Note: this branch targets Scala 2.11.x, support for Scala 2.10.x has been moved to [this branch](https://github.com/scala/async/tree/2.10.x).

## Quick start

To include scala-async in an existing project use the library published on Maven Central.
For sbt projects add the following to your build definition - build.sbt or project/Build.scala:

```scala
libraryDependencies += "org.scala-lang.modules" %% "scala-async" % "0.9.6"
```

For Maven projects add the following to your <dependencies> (make sure to use the correct Scala version prefix, _2.10 or _2.11,
to match your project’s Scala version):

```scala
<dependency>
	<groupId>org.scala-lang.modules</groupId>
	<artifactId>scala-async_2.11</artifactId>
	<version>0.9.6</version>
</dependency>
```

Scala 2.12 support is introduced in 0.9.6-RC5.

After adding a scala-async to your classpath, write your first `async` block:

```scala
import ExecutionContext.Implicits.global
import scala.async.Async.{async, await}

val future = async {
  val f1 = async { ...; true }
  val f2 = async { ...; 42 }
  if (await(f1)) await(f2) else 0
}
```

## What is `async`?

`async` marks a block of asynchronous code. Such a block usually contains
one or more `await` calls, which marks a point at which the computation
will be suspended until the awaited `Future` is complete.

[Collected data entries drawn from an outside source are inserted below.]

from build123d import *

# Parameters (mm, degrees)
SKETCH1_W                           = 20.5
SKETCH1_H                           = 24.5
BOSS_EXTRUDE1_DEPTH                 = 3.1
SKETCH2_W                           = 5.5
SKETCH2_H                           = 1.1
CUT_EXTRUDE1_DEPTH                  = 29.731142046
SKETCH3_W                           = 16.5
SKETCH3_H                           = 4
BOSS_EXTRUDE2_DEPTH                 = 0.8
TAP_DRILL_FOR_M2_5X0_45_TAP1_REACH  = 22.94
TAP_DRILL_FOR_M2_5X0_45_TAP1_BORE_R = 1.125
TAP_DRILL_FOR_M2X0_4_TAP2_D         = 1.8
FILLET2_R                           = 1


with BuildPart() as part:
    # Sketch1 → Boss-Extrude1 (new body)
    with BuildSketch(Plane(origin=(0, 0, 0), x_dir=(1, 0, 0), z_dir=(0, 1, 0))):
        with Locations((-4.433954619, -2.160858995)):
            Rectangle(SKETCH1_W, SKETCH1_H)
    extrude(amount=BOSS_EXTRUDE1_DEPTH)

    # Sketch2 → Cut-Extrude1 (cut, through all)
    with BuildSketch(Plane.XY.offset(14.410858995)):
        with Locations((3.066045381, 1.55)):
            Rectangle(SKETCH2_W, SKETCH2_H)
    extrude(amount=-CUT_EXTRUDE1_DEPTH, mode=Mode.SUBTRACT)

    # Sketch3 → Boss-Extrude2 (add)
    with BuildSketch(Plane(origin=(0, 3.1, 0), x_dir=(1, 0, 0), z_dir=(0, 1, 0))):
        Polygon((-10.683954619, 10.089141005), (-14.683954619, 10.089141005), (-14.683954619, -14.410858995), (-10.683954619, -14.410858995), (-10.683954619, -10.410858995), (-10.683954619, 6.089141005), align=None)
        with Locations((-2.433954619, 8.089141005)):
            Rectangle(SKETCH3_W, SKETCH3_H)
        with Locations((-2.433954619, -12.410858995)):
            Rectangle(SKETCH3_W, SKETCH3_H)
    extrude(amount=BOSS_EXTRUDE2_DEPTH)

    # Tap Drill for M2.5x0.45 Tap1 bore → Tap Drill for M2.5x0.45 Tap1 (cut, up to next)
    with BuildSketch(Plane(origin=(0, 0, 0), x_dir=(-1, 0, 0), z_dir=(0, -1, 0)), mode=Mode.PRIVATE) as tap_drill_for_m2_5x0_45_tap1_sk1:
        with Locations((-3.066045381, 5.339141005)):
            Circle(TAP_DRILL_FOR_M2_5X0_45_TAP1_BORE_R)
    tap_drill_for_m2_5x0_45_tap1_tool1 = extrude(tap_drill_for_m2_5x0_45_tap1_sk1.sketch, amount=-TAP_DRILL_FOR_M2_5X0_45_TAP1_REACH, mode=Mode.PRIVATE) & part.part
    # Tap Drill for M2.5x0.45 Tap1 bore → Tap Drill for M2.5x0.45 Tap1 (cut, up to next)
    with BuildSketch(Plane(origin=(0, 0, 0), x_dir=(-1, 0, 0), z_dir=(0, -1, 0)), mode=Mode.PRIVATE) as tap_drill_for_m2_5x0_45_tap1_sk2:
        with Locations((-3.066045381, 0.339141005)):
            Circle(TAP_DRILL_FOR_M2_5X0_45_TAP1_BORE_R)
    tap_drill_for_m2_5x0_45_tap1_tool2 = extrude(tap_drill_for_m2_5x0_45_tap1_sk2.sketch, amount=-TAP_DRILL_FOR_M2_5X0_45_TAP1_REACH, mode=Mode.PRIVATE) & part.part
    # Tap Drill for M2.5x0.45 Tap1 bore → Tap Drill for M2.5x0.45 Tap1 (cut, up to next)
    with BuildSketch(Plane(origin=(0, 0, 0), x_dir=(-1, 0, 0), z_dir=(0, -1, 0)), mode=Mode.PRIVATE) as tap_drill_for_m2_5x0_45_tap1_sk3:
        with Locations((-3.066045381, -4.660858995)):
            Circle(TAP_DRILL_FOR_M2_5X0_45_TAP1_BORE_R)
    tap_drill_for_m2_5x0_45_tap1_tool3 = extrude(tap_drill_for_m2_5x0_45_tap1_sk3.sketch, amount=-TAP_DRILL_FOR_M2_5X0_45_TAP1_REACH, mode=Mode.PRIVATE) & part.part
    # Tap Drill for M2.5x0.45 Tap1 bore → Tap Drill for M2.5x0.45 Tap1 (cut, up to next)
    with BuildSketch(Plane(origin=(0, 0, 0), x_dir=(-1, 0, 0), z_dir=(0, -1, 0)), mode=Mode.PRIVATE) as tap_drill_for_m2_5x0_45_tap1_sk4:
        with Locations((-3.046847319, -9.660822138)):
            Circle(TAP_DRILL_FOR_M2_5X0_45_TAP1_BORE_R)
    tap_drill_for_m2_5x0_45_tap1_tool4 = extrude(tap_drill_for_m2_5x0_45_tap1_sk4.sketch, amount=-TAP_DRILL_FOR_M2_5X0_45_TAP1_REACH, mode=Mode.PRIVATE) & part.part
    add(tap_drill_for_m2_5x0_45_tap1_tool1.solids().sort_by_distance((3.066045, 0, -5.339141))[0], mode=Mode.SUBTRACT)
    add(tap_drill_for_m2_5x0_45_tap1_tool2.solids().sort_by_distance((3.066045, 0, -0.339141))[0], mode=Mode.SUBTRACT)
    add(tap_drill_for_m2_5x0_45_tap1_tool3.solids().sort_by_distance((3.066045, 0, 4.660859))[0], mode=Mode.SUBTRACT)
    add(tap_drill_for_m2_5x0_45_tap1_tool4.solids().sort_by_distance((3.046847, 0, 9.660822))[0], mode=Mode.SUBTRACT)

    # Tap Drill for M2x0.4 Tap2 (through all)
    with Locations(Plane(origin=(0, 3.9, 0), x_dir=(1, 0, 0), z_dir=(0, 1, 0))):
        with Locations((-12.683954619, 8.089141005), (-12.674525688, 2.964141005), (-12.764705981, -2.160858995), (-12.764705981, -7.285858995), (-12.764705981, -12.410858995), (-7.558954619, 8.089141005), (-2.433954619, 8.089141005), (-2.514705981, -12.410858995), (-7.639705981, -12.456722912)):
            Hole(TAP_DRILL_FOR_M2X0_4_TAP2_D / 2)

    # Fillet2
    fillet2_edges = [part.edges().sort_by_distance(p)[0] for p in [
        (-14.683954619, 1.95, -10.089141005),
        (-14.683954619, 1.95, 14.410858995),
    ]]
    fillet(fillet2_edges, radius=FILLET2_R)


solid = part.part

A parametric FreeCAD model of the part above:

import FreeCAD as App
import Part
import Sketcher
from FreeCAD import Vector


def edges_at(feature, points):
    """Names of the edges that pass closest to the given points."""
    edges = feature.Shape.Edges
    near = lambda p: min(range(len(edges)), key=lambda i: edges[i].distToShape(Part.Vertex(*p))[0])
    return sorted({f"Edge{near(p) + 1}" for p in points})

doc = App.newDocument("Part")
body = doc.addObject("PartDesign::Body", "Body")

sketch1 = body.newObject("Sketcher::SketchObject", "Sketch")
sketch1.AttachmentSupport = (doc.getObject("XZ_Plane"), [""])
sketch1.MapMode = "FlatFace"
sketch1.addGeometry(Part.LineSegment(Vector(-15, -10, 0), Vector(-15, 14, 0)), False)
sketch1.addGeometry(Part.LineSegment(Vector(-15, 14, 0), Vector(6, 14, 0)), False)
sketch1.addGeometry(Part.LineSegment(Vector(6, 14, 0), Vector(6, -10, 0)), False)
sketch1.addGeometry(Part.LineSegment(Vector(6, -10, 0), Vector(-15, -10, 0)), False)
sketch1.addConstraint(Sketcher.Constraint("Coincident", 0, 2, 1, 1))
sketch1.addConstraint(Sketcher.Constraint("Coincident", 1, 2, 2, 1))
sketch1.addConstraint(Sketcher.Constraint("Coincident", 2, 2, 3, 1))
sketch1.addConstraint(Sketcher.Constraint("Coincident", 3, 2, 0, 1))
sketch1.addConstraint(Sketcher.Constraint("Vertical", 0))
sketch1.addConstraint(Sketcher.Constraint("Horizontal", 1))
sketch1.addConstraint(Sketcher.Constraint("Vertical", 2))
sketch1.addConstraint(Sketcher.Constraint("Horizontal", 3))
sketch1.addConstraint(Sketcher.Constraint("DistanceX", 1, 1, 1, 2, 20.5))
sketch1.addConstraint(Sketcher.Constraint("DistanceY", 0, 1, 0, 2, 24.5))
sketch1.addConstraint(Sketcher.Constraint("DistanceY", -1, 1, 0, 2, 14.410859))
sketch1.addConstraint(Sketcher.Constraint("DistanceX", 0, 2, -1, 1, 14.683955))
pad1 = body.newObject("PartDesign::Pad", "Pad")
pad1.Profile = sketch1
pad1.Length = 3.1
pad1.Reversed = True

sketch2 = body.newObject("Sketcher::SketchObject", "Sketch001")
sketch2.AttachmentSupport = (doc.getObject("XY_Plane"), [""])
sketch2.MapMode = "FlatFace"
sketch2.AttachmentOffset = App.Placement(Vector(0, 0, 14.410859), App.Rotation())
sketch2.addGeometry(Part.LineSegment(Vector(0.3, 2.1, 0), Vector(0.3, 1, 0)), False)
sketch2.addGeometry(Part.LineSegment(Vector(0.3, 1, 0), Vector(5.8, 1, 0)), False)
sketch2.addGeometry(Part.LineSegment(Vector(5.8, 1, 0), Vector(5.8, 2.1, 0)), False)
sketch2.addGeometry(Part.LineSegment(Vector(5.8, 2.1, 0), Vector(0.3, 2.1, 0)), False)
sketch2.addConstraint(Sketcher.Constraint("Coincident", 0, 2, 1, 1))
sketch2.addConstraint(Sketcher.Constraint("Coincident", 1, 2, 2, 1))
sketch2.addConstraint(Sketcher.Constraint("Coincident", 2, 2, 3, 1))
sketch2.addConstraint(Sketcher.Constraint("Coincident", 3, 2, 0, 1))
sketch2.addConstraint(Sketcher.Constraint("Vertical", 0))
sketch2.addConstraint(Sketcher.Constraint("Horizontal", 1))
sketch2.addConstraint(Sketcher.Constraint("Vertical", 2))
sketch2.addConstraint(Sketcher.Constraint("Horizontal", 3))
sketch2.addConstraint(Sketcher.Constraint("DistanceX", 1, 1, 1, 2, 5.5))
sketch2.addConstraint(Sketcher.Constraint("DistanceY", 0, 2, 0, 1, 1.1))
sketch2.addConstraint(Sketcher.Constraint("DistanceY", -1, 1, 0, 2, 1.0))
sketch2.addConstraint(Sketcher.Constraint("DistanceX", -1, 1, 0, 2, 0.316045))
pocket1 = body.newObject("PartDesign::Pocket", "Pocket")
pocket1.Profile = sketch2
pocket1.Type = "ThroughAll"

sketch3 = body.newObject("Sketcher::SketchObject", "Sketch002")
sketch3.AttachmentSupport = (doc.getObject("XZ_Plane"), [""])
sketch3.MapMode = "FlatFace"
sketch3.AttachmentOffset = App.Placement(Vector(0, 0, -3.1), App.Rotation())
sketch3.addGeometry(Part.LineSegment(Vector(-14.7, -10.1, 0), Vector(-14.7, 14.4, 0)), False)
sketch3.addGeometry(Part.LineSegment(Vector(-14.7, 14.4, 0), Vector(5.8, 14.4, 0)), False)
sketch3.addGeometry(Part.LineSegment(Vector(5.8, 14.4, 0), Vector(5.8, 10.4, 0)), False)
sketch3.addGeometry(Part.LineSegment(Vector(5.8, 10.4, 0), Vector(-10.7, 10.4, 0)), False)
sketch3.addGeometry(Part.LineSegment(Vector(-10.7, 10.4, 0), Vector(-10.7, -6.1, 0)), False)
sketch3.addGeometry(Part.LineSegment(Vector(-10.7, -6.1, 0), Vector(5.8, -6.1, 0)), False)
sketch3.addGeometry(Part.LineSegment(Vector(5.8, -6.1, 0), Vector(5.8, -10.1, 0)), False)
sketch3.addGeometry(Part.LineSegment(Vector(5.8, -10.1, 0), Vector(-14.7, -10.1, 0)), False)
sketch3.addConstraint(Sketcher.Constraint("Coincident", 0, 2, 1, 1))
sketch3.addConstraint(Sketcher.Constraint("Coincident", 1, 2, 2, 1))
sketch3.addConstraint(Sketcher.Constraint("Coincident", 2, 2, 3, 1))
sketch3.addConstraint(Sketcher.Constraint("Coincident", 3, 2, 4, 1))
sketch3.addConstraint(Sketcher.Constraint("Coincident", 4, 2, 5, 1))
sketch3.addConstraint(Sketcher.Constraint("Coincident", 5, 2, 6, 1))
sketch3.addConstraint(Sketcher.Constraint("Coincident", 6, 2, 7, 1))
sketch3.addConstraint(Sketcher.Constraint("Coincident", 7, 2, 0, 1))
sketch3.addConstraint(Sketcher.Constraint("Vertical", 0))
sketch3.addConstraint(Sketcher.Constraint("Horizontal", 1))
sketch3.addConstraint(Sketcher.Constraint("Vertical", 2))
sketch3.addConstraint(Sketcher.Constraint("Horizontal", 3))
sketch3.addConstraint(Sketcher.Constraint("Vertical", 4))
sketch3.addConstraint(Sketcher.Constraint("Horizontal", 5))
sketch3.addConstraint(Sketcher.Constraint("Vertical", 6))
sketch3.addConstraint(Sketcher.Constraint("Horizontal", 7))
sketch3.addConstraint(Sketcher.Constraint("Vertical", 2, 2, 5, 2))
sketch3.addConstraint(Sketcher.Constraint("Equal", 5, 4))
sketch3.addConstraint(Sketcher.Constraint("Equal", 2, 6))
sketch3.addConstraint(Sketcher.Constraint("DistanceY", 2, 2, 2, 1, 4.0))
sketch3.addConstraint(Sketcher.Constraint("DistanceX", 1, 1, 1, 2, 20.5))
sketch3.addConstraint(Sketcher.Constraint("DistanceX", 3, 2, 3, 1, 16.5))
sketch3.addConstraint(Sketcher.Constraint("DistanceY", -1, 1, 0, 2, 14.410859))
sketch3.addConstraint(Sketcher.Constraint("DistanceX", 0, 2, -1, 1, 14.683955))
pad2 = body.newObject("PartDesign::Pad", "Pad001")
pad2.Profile = sketch3
pad2.Length = 0.8
pad2.Reversed = True

sketch4 = body.newObject("Sketcher::SketchObject", "Sketch003")
sketch4.AttachmentSupport = (doc.getObject("XZ_Plane"), [""])
sketch4.MapMode = "FlatFace"
sketch4.addGeometry(Part.Circle(Vector(3.1, -5.3, 0), Vector(0, 0, 1), 1.1), False)
sketch4.addConstraint(Sketcher.Constraint("Diameter", 0, 2.25))
sketch4.addConstraint(Sketcher.Constraint("DistanceY", 0, 3, -1, 1, 5.339141))
sketch4.addConstraint(Sketcher.Constraint("DistanceX", -1, 1, 0, 3, 3.066045))
pocket2 = body.newObject("PartDesign::Pocket", "Pocket001")
pocket2.Profile = sketch4
pocket2.Type = "UpToFirst"

sketch5 = body.newObject("Sketcher::SketchObject", "Sketch004")
sketch5.AttachmentSupport = (doc.getObject("XZ_Plane"), [""])
sketch5.MapMode = "FlatFace"
sketch5.addGeometry(Part.Circle(Vector(3.1, -0.3, 0), Vector(0, 0, 1), 1.1), False)
sketch5.addConstraint(Sketcher.Constraint("Diameter", 0, 2.25))
sketch5.addConstraint(Sketcher.Constraint("DistanceY", 0, 3, -1, 1, 0.339141))
sketch5.addConstraint(Sketcher.Constraint("DistanceX", -1, 1, 0, 3, 3.066045))
pocket3 = body.newObject("PartDesign::Pocket", "Pocket002")
pocket3.Profile = sketch5
pocket3.Type = "UpToFirst"

sketch6 = body.newObject("Sketcher::SketchObject", "Sketch005")
sketch6.AttachmentSupport = (doc.getObject("XZ_Plane"), [""])
sketch6.MapMode = "FlatFace"
sketch6.addGeometry(Part.Circle(Vector(3.1, 4.7, 0), Vector(0, 0, 1), 1.1), False)
sketch6.addConstraint(Sketcher.Constraint("Diameter", 0, 2.25))
sketch6.addConstraint(Sketcher.Constraint("DistanceY", -1, 1, 0, 3, 4.660859))
sketch6.addConstraint(Sketcher.Constraint("DistanceX", -1, 1, 0, 3, 3.066045))
pocket4 = body.newObject("PartDesign::Pocket", "Pocket003")
pocket4.Profile = sketch6
pocket4.Type = "UpToFirst"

By default, `async` blocks operate on `scala.concurrent.{Future, Promise}`.
The system can be adapted to alternative implementations of the
`Future` pattern.

Consider the following example:

```scala
def slowCalcFuture: Future[Int] = ...             // 01
def combined: Future[Int] = async {               // 02
  await(slowCalcFuture) + await(slowCalcFuture)   // 03
}
val x: Int = Await.result(combined, 10.seconds)   // 05
```

Lines 1 defines an asynchronous method: it returns a `Future`.

Line 2 begins an `async` block. During compilation,
the contents of this block will be analyzed to identify
the `await` calls, and transformed into non-blocking
code.

Control flow will immediately pass to line 5, as the
computation in the `async` block is not executed
on the caller's thread.

Line 3 begins by triggering `slowCalcFuture`, and then
suspending until it has been calculating. Only after it
has finished, we trigger it again, and suspend again.
Finally, we add the results and complete `combined`, which
in turn will release line 5 (unless it had already timed out).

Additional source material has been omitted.